The best I can do is last sunday. We had as many reds as any person wanted to catch. They were hitting large fresh whole mullet best 12"+. The weed started to show up around noon. Saw a few matts floating in. This was the first live weed I have seen all year at High Island. 

As for this week, High Pressure and high temps will make fishing hard. No waves all week means no current. The temp of water is around 86. This is warm for reds. If I was fishing friday I would start around the ship wreck at Bolivar. Fish on the east side. A little deeper. The high tide is around daylight friday. This helps with the trout in the morning, but hurts the reds all day. Rollover might be good on the bay side until the sun gets in the sky. The area around the ship wreck is a few degees cooler on a outgoing tide, but this will be a weak tide. The water will be clearer at bolivar, what wind we do have is out of the west and that area is protected by the jettys from west wind. The pocket would be good in the morning,but will be crowded. The tide early in the morning will have the trout close to shore. It should stay in until 10 or so then a slow retreat out. This slow change will hurt the fishing. If you fish Bolivar, when the bite dies ride down the beach toward Rollover.
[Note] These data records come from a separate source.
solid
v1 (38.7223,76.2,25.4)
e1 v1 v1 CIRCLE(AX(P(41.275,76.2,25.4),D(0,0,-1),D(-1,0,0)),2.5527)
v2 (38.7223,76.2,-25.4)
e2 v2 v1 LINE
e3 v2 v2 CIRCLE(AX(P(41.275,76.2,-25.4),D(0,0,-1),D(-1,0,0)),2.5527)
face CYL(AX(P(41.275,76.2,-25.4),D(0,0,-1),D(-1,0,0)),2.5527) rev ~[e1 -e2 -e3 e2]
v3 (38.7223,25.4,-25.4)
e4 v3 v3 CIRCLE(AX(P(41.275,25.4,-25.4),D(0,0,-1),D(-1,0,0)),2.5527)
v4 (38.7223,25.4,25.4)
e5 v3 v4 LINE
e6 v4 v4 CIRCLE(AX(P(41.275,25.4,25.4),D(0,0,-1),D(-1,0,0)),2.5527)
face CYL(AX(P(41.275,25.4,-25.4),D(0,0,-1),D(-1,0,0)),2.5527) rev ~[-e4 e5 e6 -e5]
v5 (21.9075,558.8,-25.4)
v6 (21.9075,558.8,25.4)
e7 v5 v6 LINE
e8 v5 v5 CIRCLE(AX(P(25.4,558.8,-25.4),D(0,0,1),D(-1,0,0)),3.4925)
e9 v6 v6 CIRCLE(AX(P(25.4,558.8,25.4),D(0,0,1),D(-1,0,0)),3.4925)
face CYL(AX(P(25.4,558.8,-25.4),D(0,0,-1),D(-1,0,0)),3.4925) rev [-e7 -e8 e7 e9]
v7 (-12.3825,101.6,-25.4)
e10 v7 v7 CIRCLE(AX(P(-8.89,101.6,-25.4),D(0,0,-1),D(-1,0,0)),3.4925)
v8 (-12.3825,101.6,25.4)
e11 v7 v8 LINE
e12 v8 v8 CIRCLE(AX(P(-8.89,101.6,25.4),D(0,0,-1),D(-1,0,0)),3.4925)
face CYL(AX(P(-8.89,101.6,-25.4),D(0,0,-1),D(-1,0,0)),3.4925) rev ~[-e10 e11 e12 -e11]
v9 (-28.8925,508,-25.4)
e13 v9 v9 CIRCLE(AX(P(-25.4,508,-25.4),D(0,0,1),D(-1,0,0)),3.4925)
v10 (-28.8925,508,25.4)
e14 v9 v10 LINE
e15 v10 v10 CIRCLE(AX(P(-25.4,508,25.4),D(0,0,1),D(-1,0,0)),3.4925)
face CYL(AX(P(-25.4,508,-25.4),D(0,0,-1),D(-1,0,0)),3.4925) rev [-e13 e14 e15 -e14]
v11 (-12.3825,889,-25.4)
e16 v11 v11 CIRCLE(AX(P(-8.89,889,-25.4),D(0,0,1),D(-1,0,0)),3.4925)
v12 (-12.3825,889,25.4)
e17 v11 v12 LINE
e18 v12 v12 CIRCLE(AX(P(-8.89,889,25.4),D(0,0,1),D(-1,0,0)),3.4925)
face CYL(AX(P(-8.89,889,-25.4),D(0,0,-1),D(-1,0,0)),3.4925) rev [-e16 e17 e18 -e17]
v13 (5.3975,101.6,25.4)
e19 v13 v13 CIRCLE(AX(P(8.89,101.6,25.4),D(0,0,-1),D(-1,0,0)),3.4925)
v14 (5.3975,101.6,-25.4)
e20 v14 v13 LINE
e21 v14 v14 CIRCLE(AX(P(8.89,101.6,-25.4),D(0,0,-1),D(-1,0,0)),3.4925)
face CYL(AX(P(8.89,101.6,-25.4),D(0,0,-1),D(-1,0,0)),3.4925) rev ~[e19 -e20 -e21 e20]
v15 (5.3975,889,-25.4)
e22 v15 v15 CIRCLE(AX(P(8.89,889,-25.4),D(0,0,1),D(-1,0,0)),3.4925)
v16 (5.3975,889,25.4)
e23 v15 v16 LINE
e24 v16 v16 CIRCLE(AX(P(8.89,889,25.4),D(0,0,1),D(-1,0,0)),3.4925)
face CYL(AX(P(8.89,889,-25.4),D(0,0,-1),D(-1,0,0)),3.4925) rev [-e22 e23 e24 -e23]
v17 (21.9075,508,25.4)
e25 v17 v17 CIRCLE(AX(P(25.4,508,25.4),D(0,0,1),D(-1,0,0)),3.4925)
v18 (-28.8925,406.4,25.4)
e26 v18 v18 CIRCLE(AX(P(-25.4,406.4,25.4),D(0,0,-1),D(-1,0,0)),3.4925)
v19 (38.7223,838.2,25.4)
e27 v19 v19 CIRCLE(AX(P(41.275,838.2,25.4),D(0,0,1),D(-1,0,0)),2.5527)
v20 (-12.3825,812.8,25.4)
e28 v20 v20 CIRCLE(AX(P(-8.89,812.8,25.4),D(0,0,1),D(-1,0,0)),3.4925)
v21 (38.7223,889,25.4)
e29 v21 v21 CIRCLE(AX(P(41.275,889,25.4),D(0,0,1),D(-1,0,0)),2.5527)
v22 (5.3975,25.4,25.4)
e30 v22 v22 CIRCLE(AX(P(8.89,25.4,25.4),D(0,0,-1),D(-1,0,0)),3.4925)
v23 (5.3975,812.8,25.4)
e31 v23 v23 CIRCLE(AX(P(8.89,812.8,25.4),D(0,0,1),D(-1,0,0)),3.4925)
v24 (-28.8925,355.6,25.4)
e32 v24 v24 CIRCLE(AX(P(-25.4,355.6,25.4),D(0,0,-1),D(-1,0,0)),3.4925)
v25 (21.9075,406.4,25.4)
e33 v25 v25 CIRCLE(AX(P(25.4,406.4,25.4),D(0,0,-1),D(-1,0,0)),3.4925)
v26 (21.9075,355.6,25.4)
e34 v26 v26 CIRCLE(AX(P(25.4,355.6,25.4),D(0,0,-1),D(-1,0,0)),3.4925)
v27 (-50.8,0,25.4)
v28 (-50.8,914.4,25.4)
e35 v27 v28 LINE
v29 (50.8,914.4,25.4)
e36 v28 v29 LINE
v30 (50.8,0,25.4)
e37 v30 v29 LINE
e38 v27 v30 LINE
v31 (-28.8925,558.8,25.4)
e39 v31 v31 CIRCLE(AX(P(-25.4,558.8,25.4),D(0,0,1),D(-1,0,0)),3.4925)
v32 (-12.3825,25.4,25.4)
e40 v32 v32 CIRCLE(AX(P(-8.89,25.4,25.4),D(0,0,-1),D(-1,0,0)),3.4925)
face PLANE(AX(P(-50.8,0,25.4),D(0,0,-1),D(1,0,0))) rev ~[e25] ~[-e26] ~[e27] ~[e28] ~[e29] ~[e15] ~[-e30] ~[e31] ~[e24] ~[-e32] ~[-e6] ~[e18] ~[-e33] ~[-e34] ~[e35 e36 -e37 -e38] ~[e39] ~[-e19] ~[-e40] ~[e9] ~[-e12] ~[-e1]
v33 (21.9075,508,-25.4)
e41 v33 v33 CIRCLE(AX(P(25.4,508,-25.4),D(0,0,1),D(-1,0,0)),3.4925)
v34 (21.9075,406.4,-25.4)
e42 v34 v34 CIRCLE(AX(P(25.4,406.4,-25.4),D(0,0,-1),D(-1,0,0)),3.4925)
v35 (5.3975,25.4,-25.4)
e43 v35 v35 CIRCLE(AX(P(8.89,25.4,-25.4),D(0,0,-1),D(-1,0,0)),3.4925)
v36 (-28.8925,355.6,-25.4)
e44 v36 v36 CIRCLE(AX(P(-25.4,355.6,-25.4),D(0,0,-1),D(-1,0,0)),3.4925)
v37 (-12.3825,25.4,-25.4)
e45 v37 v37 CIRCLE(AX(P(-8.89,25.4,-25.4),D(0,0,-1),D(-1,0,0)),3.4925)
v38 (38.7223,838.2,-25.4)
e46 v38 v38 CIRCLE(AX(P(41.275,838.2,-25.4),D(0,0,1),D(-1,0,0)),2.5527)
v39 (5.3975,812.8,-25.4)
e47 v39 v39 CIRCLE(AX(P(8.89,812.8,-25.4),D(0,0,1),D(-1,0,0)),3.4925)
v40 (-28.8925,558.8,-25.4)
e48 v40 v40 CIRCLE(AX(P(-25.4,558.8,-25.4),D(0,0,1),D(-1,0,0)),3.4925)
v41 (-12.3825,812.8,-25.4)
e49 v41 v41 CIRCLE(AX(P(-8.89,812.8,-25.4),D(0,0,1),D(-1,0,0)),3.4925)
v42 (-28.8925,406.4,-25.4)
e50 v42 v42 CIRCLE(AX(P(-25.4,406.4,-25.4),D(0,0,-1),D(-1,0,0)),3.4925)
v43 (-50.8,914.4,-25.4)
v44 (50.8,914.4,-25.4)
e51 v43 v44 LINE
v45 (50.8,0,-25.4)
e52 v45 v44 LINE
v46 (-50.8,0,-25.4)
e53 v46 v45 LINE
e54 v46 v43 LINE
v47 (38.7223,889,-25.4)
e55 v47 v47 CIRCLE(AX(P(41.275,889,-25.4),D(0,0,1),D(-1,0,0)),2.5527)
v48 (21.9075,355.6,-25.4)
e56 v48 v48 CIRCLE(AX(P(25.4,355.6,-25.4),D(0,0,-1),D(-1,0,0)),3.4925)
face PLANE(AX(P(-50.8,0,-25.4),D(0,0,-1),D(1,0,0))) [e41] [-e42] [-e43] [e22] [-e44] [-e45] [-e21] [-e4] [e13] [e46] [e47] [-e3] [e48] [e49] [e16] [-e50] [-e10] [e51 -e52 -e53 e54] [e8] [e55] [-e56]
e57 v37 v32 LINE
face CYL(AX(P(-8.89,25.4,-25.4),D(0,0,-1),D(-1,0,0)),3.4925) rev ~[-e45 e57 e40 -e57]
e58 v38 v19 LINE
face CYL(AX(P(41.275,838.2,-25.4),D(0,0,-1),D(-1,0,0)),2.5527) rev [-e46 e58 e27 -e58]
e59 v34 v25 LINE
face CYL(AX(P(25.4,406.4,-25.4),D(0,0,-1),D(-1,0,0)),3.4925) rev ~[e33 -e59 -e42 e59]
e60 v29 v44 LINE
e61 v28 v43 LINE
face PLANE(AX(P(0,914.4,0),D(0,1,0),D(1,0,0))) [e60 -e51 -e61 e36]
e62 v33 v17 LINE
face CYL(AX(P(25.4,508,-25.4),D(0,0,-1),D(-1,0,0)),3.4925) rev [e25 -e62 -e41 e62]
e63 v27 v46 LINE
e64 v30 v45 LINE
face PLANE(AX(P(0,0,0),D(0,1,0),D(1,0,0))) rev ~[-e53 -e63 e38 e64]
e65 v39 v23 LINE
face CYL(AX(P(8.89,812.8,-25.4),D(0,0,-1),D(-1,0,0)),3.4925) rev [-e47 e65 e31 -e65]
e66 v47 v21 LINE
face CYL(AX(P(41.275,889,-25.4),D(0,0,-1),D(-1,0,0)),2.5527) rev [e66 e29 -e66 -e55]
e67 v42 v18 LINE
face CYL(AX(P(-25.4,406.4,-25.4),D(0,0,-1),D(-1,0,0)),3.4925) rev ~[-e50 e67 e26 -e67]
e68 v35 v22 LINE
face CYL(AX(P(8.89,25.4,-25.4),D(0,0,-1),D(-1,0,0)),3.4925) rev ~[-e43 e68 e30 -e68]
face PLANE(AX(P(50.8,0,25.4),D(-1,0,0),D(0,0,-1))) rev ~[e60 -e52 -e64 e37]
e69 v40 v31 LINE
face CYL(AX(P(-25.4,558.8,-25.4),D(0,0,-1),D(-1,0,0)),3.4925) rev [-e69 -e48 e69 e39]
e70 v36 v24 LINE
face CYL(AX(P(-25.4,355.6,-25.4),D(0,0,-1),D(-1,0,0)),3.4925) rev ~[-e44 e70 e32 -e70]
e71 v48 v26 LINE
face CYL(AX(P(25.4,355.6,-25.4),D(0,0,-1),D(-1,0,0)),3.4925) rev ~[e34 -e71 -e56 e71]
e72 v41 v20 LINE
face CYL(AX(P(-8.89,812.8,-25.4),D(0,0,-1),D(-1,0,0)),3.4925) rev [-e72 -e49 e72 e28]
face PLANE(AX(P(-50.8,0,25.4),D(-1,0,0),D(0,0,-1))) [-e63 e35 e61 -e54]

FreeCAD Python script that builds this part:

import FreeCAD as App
import Part
import Sketcher

V = App.Vector
Q = App.Units.Quantity


def add_polygon(sketch, points):
    """Adds a closed chain of lines whose ends are joined by coincident constraints."""
    first, n = sketch.GeometryCount, len(points)
    for a, b in zip(points, points[1:] + points[:1]):
        sketch.addGeometry(Part.LineSegment(App.Vector(*a, 0), App.Vector(*b, 0)), False)
    for i in range(n):
        sketch.addConstraint(Sketcher.Constraint("Coincident", first + i, 2, first + (i + 1) % n, 1))

doc = App.newDocument("Part")
body = doc.addObject("PartDesign::Body", "Body")

sketch1 = body.newObject("Sketcher::SketchObject", "Sketch")
sketch1.AttachmentSupport = (doc.getObject("XZ_Plane"), [""])
sketch1.MapMode = "FlatFace"
add_polygon(sketch1, [(-50.8, -25.4), (-50.8, 25.4), (50.8, 25.4), (50.8, -25.4)])
sketch1.addConstraint([
    Sketcher.Constraint("Vertical", 0),
    Sketcher.Constraint("Horizontal", 1),
    Sketcher.Constraint("Vertical", 2),
    Sketcher.Constraint("Horizontal", 3),
    Sketcher.Constraint("Symmetric", 0, 2, 2, 2, -1, 1),
    Sketcher.Constraint("DistanceX", 1, 1, 1, 2, Q("4 in")),
    Sketcher.Constraint("DistanceY", 0, 1, 0, 2, Q("2 in")),
])
pad1 = body.newObject("PartDesign::Pad", "Pad")
pad1.Profile = sketch1
pad1.Length = Q("36 in")
pad1.Reversed = True

sketch2 = body.newObject("Sketcher::SketchObject", "Sketch001")
sketch2.AttachmentSupport = (doc.getObject("XY_Plane"), [""])
sketch2.MapMode = "FlatFace"
sketch2.AttachmentOffset = App.Placement(V(0, 0, -1 * 25.4), App.Rotation())
sketch2.addGeometry([
    Part.Circle(V(8.89, 25.4, 0), V(0, 0, 1), 3.4925),
    Part.Circle(V(-8.89, 25.4, 0), V(0, 0, 1), 3.4925),
    Part.Circle(V(-8.89, 101.6, 0), V(0, 0, 1), 3.4925),
    Part.Circle(V(8.89, 101.6, 0), V(0, 0, 1), 3.4925),
], False)
sketch2.addConstraint([
    Sketcher.Constraint("Equal", 0, 1),
    Sketcher.Constraint("Equal", 1, 2),
    Sketcher.Constraint("Equal", 2, 3),
    Sketcher.Constraint("Symmetric", 0, 3, 1, 3, -2),
    Sketcher.Constraint("Symmetric", 2, 3, 3, 3, -2),
    Sketcher.Constraint("Vertical", 1, 3, 2, 3),
    Sketcher.Constraint("Diameter", 0, Q("0.275 in")),
    Sketcher.Constraint("DistanceY", -1, 1, 0, 3, Q("1 in")),
    Sketcher.Constraint("DistanceY", -1, 1, 2, 3, Q("4 in")),
    Sketcher.Constraint("DistanceX", 1, 3, 0, 3, Q("0.7 in")),
])
pocket1 = body.newObject("PartDesign::Pocket", "Pocket")
pocket1.Profile = sketch2
pocket1.Length = Q("2 in")
pocket1.Reversed = True

sketch3 = body.newObject("Sketcher::SketchObject", "Sketch002")
sketch3.AttachmentSupport = (doc.getObject("XY_Plane"), [""])
sketch3.MapMode = "FlatFace"
sketch3.AttachmentOffset = App.Placement(V(0, 0, -1 * 25.4), App.Rotation())
sketch3.addGeometry([
    Part.Circle(V(41.275, 76.2, 0), V(0, 0, 1), 2.5527),
    Part.Circle(V(41.275, 25.4, 0), V(0, 0, 1), 2.5527),
], False)
sketch3.addConstraint([
    Sketcher.Constraint("Equal", 0, 1),
    Sketcher.Constraint("Vertical", 0, 3, 1, 3),
    Sketcher.Constraint("Diameter", 0, Q("0.201 in")),
    Sketcher.Constraint("DistanceY", -1, 1, 0, 3, Q("3 in")),
    Sketcher.Constraint("DistanceY", -1, 1, 1, 3, Q("1 in")),
    Sketcher.Constraint("DistanceX", -1, 1, 0, 3, Q("1.625 in")),
])
pocket2 = body.newObject("PartDesign::Pocket", "Pocket001")
pocket2.Profile = sketch3
pocket2.Length = Q("2 in")
pocket2.Reversed = True
doc.recompute()

datumplane = body.newObject("PartDesign::Plane", "DatumPlane")
datumplane.AttachmentSupport = (doc.getObject("XZ_Plane"), [""])
datumplane.MapMode = "FlatFace"
datumplane.AttachmentOffset = App.Placement(V(0, 0, -18 * 25.4), App.Rotation())
mirrored = body.newObject("PartDesign::Mirrored", "Mirrored")
mirrored.Originals = [pocket1, pocket2]
mirrored.MirrorPlane = (datumplane, [""])
body.Tip = mirrored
You should see color changes often muddy to green. They will be close to the beach. The mullet will be stacked in the muddy water. It is hard to do this on a weekend beacuse of all the people but on a weekday it is good. Stop and make a few cast on the color change, if not hookups in a few cast move on. Around Cyrstal the line will get futher away from the beach. About two miles after the water tower the line will come in fast. Do not fish an area very long. If no blow ups or fish move on. Fish past Cyrstal about four miles, if no luck then rollover. Also Bolivar should have no weed, but will only be good fishing in the AM before the tide goes out. 

For sharks, this will be a good weekend. Tide going out all day is one of the best time to fish for sharks. Most of our sharks the last few weeks have been caught on whole mullet. The fresher the better. Had many runs on rays, but having problems hooking up. Good luck.


----------



## BACKLASHED (Jun 5, 2004)

Thanks for the detailed info. It will be very helpful. If I target primarily sharks after 10:00 am would HI be as productive as Boliver. I know the green water gets closer to the shoreline the father East I go. I have never really tried the Boliver area much, but I always up for a change. I'll give a report good or bad. Thanks!


James


----------



## sharkski (May 22, 2004)

*Hey Mr. Roger*

Hey Jolly Roger,

It looks like the 4 of us will be back down Saturday morning. Sandman wants to fish closer to sabine pass so should I pass the nudies or take the black top to Sabine Pass. Also if Ben has extra cows pick me up $20.00 worth. If Fishing is slow I'll bet dinner will be waiting on us. We might be able to come over Friday night if you want to meet at Skips.


----------



## SkipJack (May 24, 2004)

My brother was at San Luis Pass this morning and caught seven trout up to 18 inches on topwaters. He said the action was hot, he was only there about 2 hours.


----------



## Jolly Roger (May 21, 2004)

BACKLASHED said:


> Thanks for the detailed info. It will be very helpful. If I target primarily sharks after 10:00 am would HI be as productive as Boliver. I know the green water gets closer to the shoreline the father East I go. I have never really tried the Boliver area much, but I always up for a change. I'll give a report good or bad. Thanks!
> 
> The later in the day it gets the better High Island would be. Bolivar is shallow and flat, this makes it hard to fish when the tide gets out. It all depends on the weed. If it is not bad at High Island then that would be the best bet for sharks.
> 
> Sarkski, I would go pass the naked people. It is 1hr longer drive to sabine, then you have to go down the beach back toward High Island. The beach road has been in good shape. About eight miles past the barricades is a good area. Call me and let me know the plan.


----------



## Surffishwant2B (May 22, 2004)

After you get off the ferry, how many miles would you go to get to a good shark
spot on the beach? We will have kids with us so the naked beach would not be a
good idea. I will be casting out, no kyak.

Tracy


----------



## Jolly Roger (May 21, 2004)

Surffishwant2B said:


> After you get off the ferry, how many miles would you go to get to a good shark
> spot on the beach? We will have kids with us so the naked beach would not be a
> good idea. I will be casting out, no kyak.
> 
> Tracy


 I would fish between Dirty Pelican and Meacoms piers. The beach is very good in that area and not much traffic. The fishing is good and I catch alot of sharks on that streach of beach. It should be about 25 miles after the ferry landing. Turn in at Dirty Pelican pier and you can get on the beach. The next road to the beach is a little before meacoms pier. If you have to turn left to High Island you have went to far.


----------



## BACKLASHED (Jun 5, 2004)

Update- Well apparently the shrimping season opened yesterday. I have never seen so many darn boats. They filled the horizon. We hit rollover and mangaged a few small specks on sinking mirror lures , but the bite tapered off pretty quick so I decided to try to grab some fresh pony mullet with my cast net before hitting HI. I filled my net up with shrimp on every cast. It was incredible. The sad part is that I am allergic to the iodine in shrimp so the only benefit was to serve as a plentiful bait. Yeah it sucks to be me sometimes.LOL. 

The water at HI was good. Smooth water , no weed at all, but also no current since it was a single out going tide. That singlr tide and the shrimp boats cost us a potentially decent day. We had no runs to speak of. My boy caught a 7lb black drum. When we casted for bait at HI we picked up a few pony mullet, crabs, a few shrimp and surprisingly a couple of small trout. The sharks and reds were likely chasing the scraps behind the flood of shrimp boats.

Oh well, maybe next time huh?


----------